## What to work on
Lines to restate from the data below: from the one containing "v 17.216 313.7 2.5" to the one containing "v 22.373 367.698 2.5", both included. Give them again exactly, and only them.

[Collected data]
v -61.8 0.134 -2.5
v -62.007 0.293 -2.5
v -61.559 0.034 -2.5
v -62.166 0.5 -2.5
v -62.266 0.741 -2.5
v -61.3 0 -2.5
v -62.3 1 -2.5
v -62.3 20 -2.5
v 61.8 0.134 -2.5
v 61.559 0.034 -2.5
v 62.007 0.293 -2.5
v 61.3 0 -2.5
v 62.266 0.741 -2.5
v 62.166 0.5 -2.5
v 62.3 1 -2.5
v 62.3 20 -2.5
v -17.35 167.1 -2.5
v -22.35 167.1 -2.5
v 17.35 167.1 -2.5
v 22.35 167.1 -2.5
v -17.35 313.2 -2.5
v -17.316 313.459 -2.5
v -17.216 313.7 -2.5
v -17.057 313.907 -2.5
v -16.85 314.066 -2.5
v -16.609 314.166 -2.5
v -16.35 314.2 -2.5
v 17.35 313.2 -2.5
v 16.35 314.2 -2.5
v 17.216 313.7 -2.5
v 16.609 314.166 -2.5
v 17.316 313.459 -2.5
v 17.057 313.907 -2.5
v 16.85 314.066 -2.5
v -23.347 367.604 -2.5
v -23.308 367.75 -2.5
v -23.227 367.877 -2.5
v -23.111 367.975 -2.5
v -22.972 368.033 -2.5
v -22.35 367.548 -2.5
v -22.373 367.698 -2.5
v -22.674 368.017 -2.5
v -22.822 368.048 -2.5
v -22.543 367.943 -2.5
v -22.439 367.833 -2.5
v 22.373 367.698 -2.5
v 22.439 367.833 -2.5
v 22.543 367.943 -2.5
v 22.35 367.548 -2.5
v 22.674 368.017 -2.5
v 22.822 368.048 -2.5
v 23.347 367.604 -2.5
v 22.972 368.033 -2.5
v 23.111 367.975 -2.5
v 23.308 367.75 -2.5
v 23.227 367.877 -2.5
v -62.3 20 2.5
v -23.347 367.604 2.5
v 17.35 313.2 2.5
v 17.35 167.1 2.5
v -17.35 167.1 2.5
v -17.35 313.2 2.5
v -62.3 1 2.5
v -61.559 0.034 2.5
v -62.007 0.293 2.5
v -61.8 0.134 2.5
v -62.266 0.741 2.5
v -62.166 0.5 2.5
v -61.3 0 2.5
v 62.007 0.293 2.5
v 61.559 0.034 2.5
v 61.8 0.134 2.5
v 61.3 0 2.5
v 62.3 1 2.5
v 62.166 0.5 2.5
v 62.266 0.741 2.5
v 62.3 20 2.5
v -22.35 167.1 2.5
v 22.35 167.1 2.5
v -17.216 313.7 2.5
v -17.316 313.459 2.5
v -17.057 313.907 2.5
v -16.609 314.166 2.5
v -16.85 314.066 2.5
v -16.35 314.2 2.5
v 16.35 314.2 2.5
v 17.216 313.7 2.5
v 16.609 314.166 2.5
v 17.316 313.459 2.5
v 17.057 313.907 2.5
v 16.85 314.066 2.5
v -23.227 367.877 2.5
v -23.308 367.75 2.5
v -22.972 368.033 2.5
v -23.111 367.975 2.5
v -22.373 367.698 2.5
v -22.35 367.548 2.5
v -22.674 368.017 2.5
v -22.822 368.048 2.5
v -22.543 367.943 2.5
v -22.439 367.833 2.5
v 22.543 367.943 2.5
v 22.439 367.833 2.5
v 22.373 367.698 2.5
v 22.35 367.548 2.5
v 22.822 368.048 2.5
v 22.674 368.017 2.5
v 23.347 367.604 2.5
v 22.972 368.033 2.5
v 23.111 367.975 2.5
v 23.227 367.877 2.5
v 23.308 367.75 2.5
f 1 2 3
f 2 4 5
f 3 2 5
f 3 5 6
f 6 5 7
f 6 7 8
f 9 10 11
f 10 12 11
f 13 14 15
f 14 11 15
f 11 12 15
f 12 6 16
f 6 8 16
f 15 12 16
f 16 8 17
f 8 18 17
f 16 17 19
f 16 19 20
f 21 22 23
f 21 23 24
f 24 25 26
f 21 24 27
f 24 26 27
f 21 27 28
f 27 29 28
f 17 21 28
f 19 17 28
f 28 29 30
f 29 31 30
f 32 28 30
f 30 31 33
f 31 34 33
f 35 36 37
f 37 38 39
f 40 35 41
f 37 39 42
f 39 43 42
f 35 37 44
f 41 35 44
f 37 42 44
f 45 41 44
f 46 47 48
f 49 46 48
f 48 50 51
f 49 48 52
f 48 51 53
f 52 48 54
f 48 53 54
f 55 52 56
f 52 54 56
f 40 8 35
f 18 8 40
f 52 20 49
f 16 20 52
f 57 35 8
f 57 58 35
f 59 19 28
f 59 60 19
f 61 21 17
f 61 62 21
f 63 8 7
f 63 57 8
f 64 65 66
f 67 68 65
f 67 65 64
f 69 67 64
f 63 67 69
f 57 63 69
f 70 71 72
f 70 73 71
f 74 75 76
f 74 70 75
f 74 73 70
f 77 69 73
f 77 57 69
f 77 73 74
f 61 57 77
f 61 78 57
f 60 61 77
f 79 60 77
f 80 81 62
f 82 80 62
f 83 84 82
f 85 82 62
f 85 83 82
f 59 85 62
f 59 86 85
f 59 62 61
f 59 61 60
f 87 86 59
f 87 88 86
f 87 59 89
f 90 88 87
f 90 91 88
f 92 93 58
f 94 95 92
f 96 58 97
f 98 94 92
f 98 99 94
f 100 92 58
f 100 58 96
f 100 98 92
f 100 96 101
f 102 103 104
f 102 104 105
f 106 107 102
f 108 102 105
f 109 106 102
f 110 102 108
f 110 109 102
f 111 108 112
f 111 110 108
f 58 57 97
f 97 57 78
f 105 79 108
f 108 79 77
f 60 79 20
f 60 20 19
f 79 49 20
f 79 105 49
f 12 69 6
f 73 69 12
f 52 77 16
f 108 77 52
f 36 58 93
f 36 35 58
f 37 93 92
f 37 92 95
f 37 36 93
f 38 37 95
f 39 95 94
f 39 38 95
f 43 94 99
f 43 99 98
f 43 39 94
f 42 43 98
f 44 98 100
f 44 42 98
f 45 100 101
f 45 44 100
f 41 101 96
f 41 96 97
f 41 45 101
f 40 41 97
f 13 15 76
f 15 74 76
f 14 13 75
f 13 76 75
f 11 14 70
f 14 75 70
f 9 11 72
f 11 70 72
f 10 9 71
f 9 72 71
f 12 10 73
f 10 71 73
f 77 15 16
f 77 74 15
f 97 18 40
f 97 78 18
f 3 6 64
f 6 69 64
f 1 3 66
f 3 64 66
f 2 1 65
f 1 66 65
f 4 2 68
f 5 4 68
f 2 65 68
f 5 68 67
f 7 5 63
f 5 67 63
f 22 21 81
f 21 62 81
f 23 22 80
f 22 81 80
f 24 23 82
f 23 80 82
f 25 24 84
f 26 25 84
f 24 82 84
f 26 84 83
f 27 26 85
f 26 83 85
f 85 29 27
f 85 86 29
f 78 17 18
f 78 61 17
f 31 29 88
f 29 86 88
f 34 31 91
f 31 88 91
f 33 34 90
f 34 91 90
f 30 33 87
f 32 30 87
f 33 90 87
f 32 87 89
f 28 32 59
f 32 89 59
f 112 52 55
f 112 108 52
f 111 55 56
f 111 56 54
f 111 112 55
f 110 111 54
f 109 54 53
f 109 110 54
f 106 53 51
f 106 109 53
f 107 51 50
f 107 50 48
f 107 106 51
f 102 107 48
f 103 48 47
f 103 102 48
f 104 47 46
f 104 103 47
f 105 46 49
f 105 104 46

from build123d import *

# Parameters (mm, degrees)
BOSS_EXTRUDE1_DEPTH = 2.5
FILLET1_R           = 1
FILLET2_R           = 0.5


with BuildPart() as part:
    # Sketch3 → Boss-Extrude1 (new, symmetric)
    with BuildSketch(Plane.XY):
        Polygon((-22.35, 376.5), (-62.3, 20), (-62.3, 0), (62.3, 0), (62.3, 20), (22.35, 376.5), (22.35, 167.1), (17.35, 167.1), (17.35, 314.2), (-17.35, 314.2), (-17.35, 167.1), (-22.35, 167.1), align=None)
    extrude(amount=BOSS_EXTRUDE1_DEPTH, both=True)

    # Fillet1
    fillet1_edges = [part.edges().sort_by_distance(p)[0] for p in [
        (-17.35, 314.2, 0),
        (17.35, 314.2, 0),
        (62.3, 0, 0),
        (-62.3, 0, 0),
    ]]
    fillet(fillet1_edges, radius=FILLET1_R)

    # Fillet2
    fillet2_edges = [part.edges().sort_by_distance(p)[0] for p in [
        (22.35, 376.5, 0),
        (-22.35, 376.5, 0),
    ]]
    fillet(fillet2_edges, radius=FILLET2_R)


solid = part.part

## Reply to the task
v 17.216 313.7 2.5
v 16.609 314.166 2.5
v 17.316 313.459 2.5
v 17.057 313.907 2.5
v 16.85 314.066 2.5
v -23.227 367.877 2.5
v -23.308 367.75 2.5
v -22.972 368.033 2.5
v -23.111 367.975 2.5
v -22.373 367.698 2.5
v -22.35 367.548 2.5
v -22.674 368.017 2.5
v -22.822 368.048 2.5
v -22.543 367.943 2.5
v -22.439 367.833 2.5
v 22.543 367.943 2.5
v 22.439 367.833 2.5
v 22.373 367.698 2.5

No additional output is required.